Reading between the lines of the Singtel outage
Singtel shared few details. But clues point to a cooling-related failure.
Earlier this week, an outage at Singtel affected some 600,000 customers. What happened exactly? Here's what we can infer.
600,000 customers hit
Singtel customers had it tough this week. On Monday morning, as many as 600,000 mobile customers were hit with an outage on their phones. That's a significant number for a market as small as Singapore.
Singtel says 4G services for affected customers were restored by around 1.30pm and 5G services were progressively restored from about 2.45pm the same day. "Most" customers could connect to 5G within two hours, though it is understood some had to restart their phones first and may not have known to do so.

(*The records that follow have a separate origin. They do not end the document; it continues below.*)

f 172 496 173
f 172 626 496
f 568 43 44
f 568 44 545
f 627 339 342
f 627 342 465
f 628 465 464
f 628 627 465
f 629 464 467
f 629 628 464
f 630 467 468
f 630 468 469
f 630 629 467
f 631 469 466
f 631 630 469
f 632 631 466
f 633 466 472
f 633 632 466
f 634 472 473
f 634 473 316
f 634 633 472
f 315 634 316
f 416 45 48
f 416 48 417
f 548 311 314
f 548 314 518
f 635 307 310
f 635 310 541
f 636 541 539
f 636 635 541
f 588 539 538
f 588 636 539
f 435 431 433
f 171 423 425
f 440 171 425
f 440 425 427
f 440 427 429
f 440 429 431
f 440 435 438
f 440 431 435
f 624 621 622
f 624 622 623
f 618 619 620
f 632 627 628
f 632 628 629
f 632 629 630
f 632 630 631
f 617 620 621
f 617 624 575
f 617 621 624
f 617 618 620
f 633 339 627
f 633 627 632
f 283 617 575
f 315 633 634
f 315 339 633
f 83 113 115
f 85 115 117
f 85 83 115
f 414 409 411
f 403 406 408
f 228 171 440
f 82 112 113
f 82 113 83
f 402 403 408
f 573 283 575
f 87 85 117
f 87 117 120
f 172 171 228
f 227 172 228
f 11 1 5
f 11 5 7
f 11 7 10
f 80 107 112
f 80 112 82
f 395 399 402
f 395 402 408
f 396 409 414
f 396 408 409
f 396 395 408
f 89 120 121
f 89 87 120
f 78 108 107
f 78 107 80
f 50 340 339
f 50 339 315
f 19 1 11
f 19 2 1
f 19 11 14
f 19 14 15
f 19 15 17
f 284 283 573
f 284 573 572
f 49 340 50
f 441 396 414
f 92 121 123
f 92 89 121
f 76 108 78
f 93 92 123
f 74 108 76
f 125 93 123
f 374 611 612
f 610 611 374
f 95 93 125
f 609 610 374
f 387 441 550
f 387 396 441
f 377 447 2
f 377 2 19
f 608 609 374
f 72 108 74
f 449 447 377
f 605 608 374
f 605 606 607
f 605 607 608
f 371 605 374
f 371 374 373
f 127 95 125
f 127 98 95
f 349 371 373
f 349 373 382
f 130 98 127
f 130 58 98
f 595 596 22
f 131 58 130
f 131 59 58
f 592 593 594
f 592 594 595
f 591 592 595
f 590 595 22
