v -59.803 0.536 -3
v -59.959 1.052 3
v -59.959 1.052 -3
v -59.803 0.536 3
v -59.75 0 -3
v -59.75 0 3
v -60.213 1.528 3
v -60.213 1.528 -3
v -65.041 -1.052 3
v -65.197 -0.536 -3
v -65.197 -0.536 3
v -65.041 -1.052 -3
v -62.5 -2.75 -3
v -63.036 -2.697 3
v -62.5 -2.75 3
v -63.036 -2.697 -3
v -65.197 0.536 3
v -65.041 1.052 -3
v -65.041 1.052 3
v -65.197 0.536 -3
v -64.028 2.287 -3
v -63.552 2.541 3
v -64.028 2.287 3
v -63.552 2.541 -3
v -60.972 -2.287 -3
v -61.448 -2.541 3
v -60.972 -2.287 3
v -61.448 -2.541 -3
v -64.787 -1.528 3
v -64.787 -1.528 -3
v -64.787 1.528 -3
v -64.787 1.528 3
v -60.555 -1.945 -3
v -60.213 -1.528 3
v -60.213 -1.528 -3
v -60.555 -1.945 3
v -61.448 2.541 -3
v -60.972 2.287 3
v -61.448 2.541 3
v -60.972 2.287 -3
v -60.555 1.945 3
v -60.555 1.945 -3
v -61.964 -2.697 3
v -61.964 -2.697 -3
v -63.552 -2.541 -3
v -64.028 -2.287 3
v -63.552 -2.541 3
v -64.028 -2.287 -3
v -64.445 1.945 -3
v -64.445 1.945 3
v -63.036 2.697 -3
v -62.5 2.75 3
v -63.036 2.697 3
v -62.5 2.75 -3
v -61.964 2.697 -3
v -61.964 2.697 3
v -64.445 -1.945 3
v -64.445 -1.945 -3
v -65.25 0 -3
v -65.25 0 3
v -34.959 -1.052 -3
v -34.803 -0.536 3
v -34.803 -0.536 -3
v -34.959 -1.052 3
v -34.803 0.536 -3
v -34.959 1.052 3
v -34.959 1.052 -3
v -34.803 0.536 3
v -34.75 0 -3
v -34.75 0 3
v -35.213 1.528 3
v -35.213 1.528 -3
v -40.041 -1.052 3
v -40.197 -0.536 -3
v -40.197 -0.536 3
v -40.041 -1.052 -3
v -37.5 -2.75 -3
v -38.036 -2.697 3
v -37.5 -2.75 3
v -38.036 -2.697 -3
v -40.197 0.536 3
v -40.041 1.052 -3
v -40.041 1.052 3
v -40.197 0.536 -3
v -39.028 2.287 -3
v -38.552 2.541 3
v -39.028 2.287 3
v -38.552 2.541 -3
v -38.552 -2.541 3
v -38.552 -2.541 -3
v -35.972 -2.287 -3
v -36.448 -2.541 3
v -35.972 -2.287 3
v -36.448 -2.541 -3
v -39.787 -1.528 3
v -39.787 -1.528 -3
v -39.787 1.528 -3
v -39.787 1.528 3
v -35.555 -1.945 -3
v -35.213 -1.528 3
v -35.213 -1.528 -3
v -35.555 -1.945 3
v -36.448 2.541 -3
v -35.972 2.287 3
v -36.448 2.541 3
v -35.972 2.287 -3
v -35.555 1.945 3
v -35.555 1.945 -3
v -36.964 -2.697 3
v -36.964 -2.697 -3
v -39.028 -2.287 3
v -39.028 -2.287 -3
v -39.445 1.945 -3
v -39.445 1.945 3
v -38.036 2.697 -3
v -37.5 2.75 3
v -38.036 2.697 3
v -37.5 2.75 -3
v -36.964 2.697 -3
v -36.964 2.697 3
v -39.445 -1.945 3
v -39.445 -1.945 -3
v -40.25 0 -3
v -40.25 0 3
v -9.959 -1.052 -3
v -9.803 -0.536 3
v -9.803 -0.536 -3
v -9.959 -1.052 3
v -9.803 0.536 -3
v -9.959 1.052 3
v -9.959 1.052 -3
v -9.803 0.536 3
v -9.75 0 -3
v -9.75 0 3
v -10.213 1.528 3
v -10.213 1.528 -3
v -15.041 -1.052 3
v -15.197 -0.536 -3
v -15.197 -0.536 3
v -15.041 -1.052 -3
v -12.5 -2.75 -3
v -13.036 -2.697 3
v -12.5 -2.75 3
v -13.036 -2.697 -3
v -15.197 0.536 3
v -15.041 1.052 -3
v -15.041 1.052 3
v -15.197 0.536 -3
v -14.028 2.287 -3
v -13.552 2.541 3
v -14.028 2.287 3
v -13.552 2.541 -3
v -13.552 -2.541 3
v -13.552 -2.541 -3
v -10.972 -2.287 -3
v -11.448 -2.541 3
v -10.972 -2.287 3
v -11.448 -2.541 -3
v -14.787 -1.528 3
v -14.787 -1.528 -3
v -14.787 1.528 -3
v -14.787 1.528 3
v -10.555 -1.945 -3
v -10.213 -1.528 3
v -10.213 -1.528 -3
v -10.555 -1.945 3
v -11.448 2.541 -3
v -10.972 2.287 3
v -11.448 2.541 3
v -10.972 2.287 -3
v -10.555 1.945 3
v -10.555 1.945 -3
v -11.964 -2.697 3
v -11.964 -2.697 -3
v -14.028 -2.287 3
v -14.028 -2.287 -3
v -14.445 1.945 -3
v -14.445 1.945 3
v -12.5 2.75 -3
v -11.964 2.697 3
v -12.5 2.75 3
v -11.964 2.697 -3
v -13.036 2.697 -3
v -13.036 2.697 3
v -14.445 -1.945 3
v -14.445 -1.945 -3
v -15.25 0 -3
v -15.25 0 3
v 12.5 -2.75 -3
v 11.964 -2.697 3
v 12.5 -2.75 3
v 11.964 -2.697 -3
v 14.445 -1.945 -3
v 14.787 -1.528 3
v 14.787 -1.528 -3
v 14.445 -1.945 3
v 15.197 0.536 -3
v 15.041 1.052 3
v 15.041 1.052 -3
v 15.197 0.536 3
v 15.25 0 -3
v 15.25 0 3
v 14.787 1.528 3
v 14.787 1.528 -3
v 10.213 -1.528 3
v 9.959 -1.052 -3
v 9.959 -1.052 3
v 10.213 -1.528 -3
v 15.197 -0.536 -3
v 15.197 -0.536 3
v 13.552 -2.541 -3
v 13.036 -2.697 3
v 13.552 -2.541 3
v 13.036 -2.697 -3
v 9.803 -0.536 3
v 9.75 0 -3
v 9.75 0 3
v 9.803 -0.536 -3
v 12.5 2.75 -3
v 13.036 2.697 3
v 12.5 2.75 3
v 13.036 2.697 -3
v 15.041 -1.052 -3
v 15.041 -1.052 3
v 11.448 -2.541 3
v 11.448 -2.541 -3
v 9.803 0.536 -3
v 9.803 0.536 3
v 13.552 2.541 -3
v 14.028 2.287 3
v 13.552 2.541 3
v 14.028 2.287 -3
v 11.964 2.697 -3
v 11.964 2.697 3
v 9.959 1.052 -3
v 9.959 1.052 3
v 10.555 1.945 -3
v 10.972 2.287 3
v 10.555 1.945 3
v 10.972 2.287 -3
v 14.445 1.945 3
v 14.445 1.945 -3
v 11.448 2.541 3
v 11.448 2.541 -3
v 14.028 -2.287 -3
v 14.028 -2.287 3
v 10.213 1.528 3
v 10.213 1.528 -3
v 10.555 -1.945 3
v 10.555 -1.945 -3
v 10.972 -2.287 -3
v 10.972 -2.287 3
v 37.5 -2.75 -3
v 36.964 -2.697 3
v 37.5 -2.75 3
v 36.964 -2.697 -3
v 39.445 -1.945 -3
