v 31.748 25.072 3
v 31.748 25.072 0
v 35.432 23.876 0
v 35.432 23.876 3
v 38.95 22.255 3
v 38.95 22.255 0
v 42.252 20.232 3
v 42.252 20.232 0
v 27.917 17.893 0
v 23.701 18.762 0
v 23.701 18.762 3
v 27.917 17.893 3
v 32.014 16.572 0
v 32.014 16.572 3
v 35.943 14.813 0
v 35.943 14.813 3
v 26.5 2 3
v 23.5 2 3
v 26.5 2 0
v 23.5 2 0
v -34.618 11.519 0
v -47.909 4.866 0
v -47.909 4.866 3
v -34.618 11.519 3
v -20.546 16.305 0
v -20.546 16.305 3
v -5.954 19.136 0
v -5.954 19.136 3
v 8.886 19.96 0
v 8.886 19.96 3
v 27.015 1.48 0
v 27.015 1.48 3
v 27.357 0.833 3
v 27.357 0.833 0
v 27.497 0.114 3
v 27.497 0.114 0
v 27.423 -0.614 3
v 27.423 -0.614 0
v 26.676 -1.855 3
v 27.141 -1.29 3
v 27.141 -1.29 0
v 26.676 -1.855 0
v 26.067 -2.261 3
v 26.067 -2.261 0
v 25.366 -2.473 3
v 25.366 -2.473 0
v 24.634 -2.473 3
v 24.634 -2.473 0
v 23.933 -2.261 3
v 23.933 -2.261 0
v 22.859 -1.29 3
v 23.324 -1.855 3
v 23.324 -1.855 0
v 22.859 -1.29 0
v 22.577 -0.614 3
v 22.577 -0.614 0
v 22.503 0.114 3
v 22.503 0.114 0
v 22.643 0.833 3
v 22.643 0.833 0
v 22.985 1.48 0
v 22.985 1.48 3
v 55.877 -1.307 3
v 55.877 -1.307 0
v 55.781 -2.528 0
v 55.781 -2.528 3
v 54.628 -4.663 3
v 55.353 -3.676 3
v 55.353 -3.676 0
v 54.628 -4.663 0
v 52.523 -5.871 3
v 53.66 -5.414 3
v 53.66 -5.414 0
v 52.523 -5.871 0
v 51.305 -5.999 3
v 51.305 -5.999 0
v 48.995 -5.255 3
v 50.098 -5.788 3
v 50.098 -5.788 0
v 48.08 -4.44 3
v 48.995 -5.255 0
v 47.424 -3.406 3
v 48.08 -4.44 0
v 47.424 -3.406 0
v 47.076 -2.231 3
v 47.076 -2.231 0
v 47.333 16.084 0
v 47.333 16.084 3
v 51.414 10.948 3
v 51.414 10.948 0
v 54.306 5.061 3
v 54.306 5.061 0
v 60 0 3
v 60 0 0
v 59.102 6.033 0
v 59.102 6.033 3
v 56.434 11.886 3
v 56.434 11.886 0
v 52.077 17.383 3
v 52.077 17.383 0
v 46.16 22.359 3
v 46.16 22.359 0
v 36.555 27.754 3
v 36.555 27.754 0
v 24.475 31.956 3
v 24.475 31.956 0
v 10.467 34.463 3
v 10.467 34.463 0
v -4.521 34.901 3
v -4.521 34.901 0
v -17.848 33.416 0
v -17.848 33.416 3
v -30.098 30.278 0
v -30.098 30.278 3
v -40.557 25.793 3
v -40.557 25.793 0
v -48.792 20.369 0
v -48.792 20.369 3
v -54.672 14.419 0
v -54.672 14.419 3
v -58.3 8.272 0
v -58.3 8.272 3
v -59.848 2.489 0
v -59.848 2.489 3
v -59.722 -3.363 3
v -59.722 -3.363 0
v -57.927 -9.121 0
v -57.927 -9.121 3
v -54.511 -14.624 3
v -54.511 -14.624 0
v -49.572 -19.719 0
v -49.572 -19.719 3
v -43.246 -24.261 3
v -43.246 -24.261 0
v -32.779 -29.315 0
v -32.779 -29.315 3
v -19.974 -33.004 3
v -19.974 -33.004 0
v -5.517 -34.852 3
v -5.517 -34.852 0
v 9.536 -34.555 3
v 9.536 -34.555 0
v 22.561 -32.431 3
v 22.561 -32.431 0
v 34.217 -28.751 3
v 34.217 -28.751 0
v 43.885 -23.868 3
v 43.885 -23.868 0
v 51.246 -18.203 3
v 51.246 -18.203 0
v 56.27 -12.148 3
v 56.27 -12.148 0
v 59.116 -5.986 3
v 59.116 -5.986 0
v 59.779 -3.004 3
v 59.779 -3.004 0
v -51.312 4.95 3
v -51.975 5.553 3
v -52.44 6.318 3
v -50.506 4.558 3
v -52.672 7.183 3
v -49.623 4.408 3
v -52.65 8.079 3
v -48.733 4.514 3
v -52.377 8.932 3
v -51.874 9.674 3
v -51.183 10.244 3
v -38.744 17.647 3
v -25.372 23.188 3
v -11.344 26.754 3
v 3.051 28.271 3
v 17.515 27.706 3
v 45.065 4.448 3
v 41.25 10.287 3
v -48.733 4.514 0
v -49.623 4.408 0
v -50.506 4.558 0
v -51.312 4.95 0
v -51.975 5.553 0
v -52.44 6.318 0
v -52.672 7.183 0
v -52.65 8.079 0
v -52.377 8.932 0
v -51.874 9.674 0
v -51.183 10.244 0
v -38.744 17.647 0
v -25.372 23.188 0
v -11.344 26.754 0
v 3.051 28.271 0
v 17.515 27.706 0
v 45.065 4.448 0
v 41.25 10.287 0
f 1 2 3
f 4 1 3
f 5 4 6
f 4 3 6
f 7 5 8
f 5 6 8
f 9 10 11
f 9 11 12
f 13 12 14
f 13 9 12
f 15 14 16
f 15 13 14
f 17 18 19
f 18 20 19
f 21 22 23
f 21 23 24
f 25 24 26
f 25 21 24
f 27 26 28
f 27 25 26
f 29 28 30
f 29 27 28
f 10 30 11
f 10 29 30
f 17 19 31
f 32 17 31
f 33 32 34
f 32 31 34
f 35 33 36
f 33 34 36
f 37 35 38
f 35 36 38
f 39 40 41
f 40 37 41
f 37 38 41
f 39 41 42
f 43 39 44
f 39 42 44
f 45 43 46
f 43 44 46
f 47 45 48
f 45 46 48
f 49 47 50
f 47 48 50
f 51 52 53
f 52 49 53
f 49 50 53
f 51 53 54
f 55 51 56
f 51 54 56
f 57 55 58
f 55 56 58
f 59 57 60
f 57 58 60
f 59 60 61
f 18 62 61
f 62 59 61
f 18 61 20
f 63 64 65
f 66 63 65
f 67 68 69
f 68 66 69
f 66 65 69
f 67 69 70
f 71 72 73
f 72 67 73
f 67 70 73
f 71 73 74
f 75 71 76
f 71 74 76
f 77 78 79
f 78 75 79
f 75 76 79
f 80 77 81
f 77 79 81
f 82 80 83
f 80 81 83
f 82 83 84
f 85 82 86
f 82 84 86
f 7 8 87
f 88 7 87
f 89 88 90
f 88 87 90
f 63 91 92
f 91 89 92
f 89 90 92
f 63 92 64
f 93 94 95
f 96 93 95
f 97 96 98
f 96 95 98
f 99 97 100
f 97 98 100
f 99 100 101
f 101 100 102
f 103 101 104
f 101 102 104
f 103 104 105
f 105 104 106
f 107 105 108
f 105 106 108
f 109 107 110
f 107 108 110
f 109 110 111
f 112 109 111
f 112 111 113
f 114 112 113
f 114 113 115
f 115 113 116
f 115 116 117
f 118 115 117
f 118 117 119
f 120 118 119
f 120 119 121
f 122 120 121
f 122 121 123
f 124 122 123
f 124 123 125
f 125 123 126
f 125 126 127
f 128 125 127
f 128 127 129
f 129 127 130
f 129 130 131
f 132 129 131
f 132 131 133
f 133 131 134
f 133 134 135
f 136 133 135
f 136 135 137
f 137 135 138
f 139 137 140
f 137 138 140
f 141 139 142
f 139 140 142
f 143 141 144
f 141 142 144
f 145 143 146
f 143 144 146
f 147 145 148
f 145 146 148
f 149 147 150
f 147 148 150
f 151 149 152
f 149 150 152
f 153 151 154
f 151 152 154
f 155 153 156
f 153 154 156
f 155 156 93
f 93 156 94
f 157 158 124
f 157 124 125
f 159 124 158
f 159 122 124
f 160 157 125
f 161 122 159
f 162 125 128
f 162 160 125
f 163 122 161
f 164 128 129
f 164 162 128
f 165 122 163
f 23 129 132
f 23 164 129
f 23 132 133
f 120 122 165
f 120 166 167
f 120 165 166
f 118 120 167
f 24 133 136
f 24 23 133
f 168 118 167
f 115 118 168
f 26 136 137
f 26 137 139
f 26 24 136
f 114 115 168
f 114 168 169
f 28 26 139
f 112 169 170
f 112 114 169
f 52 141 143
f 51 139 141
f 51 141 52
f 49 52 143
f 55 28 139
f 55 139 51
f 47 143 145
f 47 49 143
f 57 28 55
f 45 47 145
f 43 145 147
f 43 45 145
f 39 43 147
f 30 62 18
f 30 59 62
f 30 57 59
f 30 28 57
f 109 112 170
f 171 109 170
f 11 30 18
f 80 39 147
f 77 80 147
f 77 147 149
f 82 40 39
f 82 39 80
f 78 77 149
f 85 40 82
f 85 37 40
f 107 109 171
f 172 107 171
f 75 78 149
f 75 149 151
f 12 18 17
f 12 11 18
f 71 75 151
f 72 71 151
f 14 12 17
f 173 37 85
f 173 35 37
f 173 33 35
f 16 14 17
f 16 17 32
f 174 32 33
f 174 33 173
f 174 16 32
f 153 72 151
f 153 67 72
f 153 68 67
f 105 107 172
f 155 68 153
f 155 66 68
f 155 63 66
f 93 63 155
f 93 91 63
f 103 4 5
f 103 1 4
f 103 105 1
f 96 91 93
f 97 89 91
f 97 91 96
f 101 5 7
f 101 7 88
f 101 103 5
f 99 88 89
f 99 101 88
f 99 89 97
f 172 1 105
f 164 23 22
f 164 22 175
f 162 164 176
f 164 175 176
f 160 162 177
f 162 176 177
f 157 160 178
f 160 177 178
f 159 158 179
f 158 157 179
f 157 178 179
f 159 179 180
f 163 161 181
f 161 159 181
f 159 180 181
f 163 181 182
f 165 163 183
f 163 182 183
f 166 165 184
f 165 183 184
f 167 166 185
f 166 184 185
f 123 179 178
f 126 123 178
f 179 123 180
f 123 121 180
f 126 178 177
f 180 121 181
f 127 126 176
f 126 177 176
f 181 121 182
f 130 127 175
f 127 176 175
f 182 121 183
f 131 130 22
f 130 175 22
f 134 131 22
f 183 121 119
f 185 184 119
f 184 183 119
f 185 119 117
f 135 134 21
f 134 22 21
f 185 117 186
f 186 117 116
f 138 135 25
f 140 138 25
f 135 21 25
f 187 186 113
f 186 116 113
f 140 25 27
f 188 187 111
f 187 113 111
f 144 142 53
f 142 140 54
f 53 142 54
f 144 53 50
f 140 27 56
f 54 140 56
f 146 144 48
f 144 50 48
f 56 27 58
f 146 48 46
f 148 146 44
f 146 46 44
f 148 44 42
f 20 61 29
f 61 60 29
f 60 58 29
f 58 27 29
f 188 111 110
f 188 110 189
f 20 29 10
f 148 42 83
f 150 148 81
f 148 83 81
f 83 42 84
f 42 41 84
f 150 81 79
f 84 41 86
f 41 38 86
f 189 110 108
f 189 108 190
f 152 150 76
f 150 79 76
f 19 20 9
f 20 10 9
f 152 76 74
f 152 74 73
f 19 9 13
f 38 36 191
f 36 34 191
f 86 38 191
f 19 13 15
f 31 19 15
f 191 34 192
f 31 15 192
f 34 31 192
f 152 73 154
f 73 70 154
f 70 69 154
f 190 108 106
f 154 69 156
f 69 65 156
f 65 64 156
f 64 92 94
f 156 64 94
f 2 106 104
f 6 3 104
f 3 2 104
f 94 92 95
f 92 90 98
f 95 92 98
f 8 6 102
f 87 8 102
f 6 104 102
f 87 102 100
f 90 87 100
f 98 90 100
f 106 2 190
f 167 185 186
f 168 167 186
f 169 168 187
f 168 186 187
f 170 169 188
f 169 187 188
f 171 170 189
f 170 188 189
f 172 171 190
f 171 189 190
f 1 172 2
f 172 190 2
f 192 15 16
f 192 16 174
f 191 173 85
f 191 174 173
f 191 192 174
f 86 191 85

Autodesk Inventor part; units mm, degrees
ref_plane "YZ Plane" through (0, 0, 0) normal (1, 0, 0) x (0, 1, 0)
ref_plane "XZ Plane" through (0, 0, 0) normal (0, 1, 0) x (-1, 0, 0)
ref_plane "XY Plane" through (0, 0, 0) normal (0, 0, 1) x (1, 0, 0)
sketch "Sketch1" plane through (0, 0, 0) normal (0, 0, 1) x (1, 0, 0)
  ellipse E0 centre (0, 0) end of major axis (60, 0) minor radius 35
  arc A0 (31.7478, 25.0725) -> (-51.1828, 10.244) centre (6.3686, -72.3059) ccw
  arc A1 (23.7013, 18.7616) -> (-47.9094, 4.8665) centre (7.508, -89.26) ccw
  arc A2 (55.8771, -1.3072) -> (42.2522, 20.2317) centre (25.552, -5.4112) ccw
  arc A3 (47.0757, -2.2311) -> (35.9428, 14.8131) centre (22.8888, -5.8715) ccw
  arc A4 (35.9428, 14.8131) -> (23.7013, 18.7616) centre (17.8337, -20.3799) ccw
  arc A5 (42.2522, 20.2317) -> (31.7478, 25.0725) centre (23.4586, -6.7326) ccw
  arc A6 (-51.1828, 10.244) -> (-47.9094, 4.8665) centre (-49.5461, 7.5553) ccw
  arc A7 (47.0757, -2.2311) -> (55.8771, -1.3072) centre (51.4557, -1.5719) ccw
  arc A8 (23.5, 2) -> (26.5, 2) centre (25, 0) ccw
  line L0 (23.5, 2) -> (26.5, 2)
  dimension "d0" = 60
  dimension "d1" = 35
  dimension "d2" = 5
  dimension "d3" = 2
  dimension "d4" = 25
extrude "Extrusion1" add sketch "Sketch1" along normal blind 3
properties part number "Rail1st_withD"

An unrelated software bug on Tuesday caused further disruption, albeit to a much smaller group of around 2,000 customers. Two incidents in two days did little to inspire confidence.
"Mechanical fault"
According to CEO Ng Tian Chong, the initial problem stemmed from a "mechanical fault" at one of Singtel's network facilities. The choice of words is worth noting: mechanical faults typically refer to physical infrastructure and very specific systems.
"Though multiple redundancy measures were in place to support seamless service continuity, our situation required reconfiguration which took time to fully take effect," said Singtel.
To be clear, nobody I contacted knows what happened. However, I understand that IMDA is taking the outages extremely seriously.
An educated guess
If I were to make a guess, I would say this is cooling-related. Mobile networks run off core systems that manage things such as authentication, session management, and data routing. These are housed within highly resilient facilities. Call them what you like, but they won't look very different from a traditional data centre.
If cooling, which is a mechanical system, goes down and cannot be restored, the only option is to migrate to a backup system. Such diversion of data traffic takes time for network routes to be programmed and to propagate. That would be consistent with the hours-long recovery timeline that Singtel described.
It is worth noting that Singtel is also in the process of closing five older data centres in Singapore and moving to its new DC Tuas facility. These are generally very small. Some, like Comcentre 3, are "just a handful of racks." While there is nothing to suggest the migration and the outage are related, system migrations do carry inherent risks. And the timing, at the very least, invites the question.